Collected data entries:

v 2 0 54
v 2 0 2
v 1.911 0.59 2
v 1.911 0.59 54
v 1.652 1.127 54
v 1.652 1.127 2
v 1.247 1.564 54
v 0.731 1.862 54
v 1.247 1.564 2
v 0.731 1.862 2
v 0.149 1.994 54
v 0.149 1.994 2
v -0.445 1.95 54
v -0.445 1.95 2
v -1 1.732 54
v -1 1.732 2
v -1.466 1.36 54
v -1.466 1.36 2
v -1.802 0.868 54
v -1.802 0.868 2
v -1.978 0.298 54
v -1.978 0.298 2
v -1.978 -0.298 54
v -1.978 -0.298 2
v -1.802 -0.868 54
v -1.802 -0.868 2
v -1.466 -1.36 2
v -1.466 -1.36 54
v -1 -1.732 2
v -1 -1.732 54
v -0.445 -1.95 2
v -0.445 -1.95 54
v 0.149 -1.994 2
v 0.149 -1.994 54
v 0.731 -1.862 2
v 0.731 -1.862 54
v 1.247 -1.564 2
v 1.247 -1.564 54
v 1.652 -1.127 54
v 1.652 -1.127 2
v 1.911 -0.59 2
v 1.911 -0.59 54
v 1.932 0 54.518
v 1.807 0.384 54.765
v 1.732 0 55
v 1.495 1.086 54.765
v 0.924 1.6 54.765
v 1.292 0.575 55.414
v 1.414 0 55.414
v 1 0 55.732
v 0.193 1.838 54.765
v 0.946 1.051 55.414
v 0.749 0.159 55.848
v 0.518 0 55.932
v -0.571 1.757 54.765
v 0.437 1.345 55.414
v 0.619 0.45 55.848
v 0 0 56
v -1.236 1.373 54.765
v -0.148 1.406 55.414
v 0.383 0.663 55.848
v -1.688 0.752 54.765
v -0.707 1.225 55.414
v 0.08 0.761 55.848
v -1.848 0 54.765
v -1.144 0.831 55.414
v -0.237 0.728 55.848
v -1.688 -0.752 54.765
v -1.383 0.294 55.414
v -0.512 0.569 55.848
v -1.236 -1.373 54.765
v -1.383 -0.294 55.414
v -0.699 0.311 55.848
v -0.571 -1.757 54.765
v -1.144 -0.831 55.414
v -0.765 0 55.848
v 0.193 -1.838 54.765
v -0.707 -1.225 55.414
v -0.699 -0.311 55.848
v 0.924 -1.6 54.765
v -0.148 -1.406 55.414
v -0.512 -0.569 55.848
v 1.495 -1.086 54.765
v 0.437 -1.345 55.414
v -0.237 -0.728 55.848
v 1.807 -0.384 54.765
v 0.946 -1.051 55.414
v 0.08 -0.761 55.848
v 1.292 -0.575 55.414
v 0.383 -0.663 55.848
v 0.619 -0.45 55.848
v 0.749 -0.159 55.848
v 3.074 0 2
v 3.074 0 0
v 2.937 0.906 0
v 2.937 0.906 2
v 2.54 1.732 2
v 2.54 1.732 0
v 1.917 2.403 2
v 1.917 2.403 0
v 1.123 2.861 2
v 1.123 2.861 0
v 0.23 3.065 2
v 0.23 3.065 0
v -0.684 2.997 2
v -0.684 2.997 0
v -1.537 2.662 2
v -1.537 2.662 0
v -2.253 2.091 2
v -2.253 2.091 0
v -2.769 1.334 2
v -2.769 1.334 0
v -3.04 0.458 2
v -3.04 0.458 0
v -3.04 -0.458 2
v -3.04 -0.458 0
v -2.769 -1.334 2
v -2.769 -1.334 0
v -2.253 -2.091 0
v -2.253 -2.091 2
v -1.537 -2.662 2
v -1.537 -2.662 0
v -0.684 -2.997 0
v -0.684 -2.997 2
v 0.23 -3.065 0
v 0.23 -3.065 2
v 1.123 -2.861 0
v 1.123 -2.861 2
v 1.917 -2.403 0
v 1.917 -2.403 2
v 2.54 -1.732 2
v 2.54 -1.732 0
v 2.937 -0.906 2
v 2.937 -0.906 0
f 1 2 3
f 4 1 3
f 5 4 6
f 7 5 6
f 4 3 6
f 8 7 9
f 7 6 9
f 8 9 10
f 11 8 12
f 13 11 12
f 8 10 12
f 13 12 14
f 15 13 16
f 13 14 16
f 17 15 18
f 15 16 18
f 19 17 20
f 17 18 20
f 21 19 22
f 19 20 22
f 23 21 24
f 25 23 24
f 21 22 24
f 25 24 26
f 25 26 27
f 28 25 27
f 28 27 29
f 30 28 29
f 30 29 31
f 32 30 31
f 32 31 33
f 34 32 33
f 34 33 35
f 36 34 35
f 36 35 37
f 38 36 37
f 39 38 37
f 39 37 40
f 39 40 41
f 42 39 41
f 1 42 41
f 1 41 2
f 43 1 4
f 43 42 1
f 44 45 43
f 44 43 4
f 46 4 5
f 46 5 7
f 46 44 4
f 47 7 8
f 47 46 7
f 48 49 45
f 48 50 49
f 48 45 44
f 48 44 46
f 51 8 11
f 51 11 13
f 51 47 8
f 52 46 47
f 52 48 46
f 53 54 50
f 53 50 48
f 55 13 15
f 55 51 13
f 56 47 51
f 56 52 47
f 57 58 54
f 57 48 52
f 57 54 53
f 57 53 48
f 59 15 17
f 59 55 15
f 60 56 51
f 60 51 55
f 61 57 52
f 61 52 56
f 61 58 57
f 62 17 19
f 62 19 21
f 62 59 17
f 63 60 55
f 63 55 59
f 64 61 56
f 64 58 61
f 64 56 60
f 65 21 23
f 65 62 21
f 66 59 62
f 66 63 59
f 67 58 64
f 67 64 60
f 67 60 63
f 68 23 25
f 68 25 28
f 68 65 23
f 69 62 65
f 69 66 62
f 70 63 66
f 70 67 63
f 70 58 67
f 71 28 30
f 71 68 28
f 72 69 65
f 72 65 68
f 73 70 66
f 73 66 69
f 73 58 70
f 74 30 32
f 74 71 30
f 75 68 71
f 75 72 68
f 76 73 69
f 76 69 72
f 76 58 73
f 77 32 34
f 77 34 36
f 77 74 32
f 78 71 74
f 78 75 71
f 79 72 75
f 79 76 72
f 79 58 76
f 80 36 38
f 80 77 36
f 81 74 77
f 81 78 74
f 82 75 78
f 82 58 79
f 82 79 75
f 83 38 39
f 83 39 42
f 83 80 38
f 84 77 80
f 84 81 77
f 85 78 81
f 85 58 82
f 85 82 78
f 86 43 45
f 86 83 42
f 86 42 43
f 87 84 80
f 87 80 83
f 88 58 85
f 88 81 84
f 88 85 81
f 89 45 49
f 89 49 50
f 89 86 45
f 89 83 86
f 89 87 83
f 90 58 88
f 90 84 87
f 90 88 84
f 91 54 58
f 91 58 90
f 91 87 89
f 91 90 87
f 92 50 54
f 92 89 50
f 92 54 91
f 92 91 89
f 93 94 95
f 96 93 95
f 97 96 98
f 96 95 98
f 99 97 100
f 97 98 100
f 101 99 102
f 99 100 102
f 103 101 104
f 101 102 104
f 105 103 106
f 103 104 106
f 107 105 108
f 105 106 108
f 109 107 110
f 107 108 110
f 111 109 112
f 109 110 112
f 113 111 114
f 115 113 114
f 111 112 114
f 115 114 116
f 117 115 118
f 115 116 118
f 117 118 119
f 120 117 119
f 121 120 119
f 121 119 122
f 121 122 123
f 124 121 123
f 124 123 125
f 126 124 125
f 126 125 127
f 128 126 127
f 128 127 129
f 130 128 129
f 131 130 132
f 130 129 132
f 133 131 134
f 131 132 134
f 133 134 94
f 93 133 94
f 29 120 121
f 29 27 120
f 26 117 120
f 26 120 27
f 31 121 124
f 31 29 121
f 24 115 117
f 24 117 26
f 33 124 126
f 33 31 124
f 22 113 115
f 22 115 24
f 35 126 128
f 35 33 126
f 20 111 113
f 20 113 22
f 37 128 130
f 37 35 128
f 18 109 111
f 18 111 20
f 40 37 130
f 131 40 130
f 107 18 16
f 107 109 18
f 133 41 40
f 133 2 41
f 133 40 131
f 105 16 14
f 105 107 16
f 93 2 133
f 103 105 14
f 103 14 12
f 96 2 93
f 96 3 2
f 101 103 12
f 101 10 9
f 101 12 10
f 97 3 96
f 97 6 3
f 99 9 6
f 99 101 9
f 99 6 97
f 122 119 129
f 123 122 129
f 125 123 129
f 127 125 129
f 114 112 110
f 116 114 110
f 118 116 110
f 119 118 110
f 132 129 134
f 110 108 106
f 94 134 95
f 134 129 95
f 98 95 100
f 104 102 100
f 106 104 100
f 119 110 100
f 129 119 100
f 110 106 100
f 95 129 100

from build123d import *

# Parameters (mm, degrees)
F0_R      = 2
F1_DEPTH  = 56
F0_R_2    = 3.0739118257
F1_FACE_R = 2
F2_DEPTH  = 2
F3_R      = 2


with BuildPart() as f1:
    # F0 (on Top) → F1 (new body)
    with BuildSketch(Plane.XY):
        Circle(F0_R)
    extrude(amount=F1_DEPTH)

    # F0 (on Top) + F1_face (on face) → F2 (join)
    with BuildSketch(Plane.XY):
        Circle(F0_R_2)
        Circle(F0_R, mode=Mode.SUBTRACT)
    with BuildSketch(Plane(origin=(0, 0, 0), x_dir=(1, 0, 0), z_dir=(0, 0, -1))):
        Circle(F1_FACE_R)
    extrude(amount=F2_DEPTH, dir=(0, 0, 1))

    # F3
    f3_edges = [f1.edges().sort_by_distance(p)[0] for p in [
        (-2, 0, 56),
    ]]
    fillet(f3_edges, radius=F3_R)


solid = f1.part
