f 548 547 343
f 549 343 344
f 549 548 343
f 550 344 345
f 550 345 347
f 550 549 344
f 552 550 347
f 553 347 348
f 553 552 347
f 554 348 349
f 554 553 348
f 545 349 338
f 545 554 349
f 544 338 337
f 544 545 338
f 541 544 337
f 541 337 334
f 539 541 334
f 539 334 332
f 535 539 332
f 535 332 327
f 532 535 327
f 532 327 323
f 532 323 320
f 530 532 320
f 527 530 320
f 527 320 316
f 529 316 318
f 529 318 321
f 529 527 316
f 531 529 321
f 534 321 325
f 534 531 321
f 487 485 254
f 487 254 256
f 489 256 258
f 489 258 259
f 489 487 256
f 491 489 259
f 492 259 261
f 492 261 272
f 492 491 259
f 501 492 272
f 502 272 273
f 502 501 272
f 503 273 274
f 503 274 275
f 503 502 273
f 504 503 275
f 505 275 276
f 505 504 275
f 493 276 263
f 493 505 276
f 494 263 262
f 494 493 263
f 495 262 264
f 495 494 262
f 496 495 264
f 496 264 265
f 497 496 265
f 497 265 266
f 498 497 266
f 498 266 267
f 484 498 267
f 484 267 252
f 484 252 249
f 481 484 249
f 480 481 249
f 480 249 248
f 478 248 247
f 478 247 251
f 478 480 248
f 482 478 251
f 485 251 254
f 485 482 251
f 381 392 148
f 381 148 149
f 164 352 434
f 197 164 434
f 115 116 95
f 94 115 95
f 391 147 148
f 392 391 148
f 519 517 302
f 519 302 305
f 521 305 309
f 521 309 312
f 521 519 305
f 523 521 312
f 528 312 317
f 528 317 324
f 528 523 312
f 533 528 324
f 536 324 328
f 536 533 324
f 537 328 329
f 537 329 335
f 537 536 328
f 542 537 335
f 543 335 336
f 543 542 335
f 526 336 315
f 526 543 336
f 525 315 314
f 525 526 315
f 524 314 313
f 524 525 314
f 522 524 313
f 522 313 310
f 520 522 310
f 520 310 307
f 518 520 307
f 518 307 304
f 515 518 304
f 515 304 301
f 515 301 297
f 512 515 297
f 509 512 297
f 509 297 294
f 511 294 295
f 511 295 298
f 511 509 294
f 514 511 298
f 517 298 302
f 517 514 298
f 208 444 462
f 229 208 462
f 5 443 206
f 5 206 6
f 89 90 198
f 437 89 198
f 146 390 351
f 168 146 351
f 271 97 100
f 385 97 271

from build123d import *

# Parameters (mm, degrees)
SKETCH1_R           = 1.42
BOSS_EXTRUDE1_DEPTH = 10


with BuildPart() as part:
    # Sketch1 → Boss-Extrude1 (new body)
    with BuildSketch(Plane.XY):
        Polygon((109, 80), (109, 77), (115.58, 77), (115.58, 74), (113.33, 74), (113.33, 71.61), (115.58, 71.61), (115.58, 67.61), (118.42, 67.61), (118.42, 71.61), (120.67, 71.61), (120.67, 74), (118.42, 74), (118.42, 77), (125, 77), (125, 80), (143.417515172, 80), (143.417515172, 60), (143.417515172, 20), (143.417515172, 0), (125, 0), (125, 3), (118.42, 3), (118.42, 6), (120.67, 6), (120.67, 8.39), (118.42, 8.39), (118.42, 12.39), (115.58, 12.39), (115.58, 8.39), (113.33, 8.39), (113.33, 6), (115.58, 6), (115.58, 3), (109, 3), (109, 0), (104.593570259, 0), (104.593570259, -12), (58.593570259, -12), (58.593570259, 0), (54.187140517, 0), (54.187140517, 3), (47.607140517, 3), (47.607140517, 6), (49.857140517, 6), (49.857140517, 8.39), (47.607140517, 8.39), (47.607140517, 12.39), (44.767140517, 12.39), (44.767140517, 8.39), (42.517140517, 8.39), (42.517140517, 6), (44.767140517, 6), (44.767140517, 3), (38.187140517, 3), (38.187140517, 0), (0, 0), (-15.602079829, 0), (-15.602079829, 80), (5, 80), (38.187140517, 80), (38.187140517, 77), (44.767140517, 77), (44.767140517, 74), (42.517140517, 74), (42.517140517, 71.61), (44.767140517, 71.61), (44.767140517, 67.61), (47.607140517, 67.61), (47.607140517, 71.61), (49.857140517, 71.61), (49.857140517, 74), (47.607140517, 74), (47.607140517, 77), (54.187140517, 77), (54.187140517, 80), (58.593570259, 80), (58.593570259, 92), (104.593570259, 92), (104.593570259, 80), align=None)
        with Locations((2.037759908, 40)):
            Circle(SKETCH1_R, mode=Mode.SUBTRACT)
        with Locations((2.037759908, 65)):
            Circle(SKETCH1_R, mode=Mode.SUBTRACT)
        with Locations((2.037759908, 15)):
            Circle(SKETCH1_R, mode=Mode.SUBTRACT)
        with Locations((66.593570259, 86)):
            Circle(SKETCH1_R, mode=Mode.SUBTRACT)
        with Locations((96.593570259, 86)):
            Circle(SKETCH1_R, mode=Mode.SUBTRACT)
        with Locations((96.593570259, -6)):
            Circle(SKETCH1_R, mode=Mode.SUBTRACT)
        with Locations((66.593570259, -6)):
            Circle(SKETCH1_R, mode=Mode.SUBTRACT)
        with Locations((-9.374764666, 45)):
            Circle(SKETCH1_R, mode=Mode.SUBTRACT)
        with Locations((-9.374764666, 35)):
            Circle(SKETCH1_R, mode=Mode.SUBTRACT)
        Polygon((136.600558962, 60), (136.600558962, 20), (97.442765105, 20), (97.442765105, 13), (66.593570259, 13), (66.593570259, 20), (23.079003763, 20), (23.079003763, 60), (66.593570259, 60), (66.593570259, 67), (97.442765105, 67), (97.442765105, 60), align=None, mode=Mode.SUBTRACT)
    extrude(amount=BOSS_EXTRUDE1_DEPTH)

◆ ACTIVITY ◆
Reprint exactly the lines above that start at the one with "f 505 504 275" and end at the one with "f 485 251 254", keeping both and adding none.

◆ RESULT BELOW ◆
f 505 504 275
f 493 276 263
f 493 505 276
f 494 263 262
f 494 493 263
f 495 262 264
f 495 494 262
f 496 495 264
f 496 264 265
f 497 496 265
f 497 265 266
f 498 497 266
f 498 266 267
f 484 498 267
f 484 267 252
f 484 252 249
f 481 484 249
f 480 481 249
f 480 249 248
f 478 248 247
f 478 247 251
f 478 480 248
f 482 478 251
f 485 251 254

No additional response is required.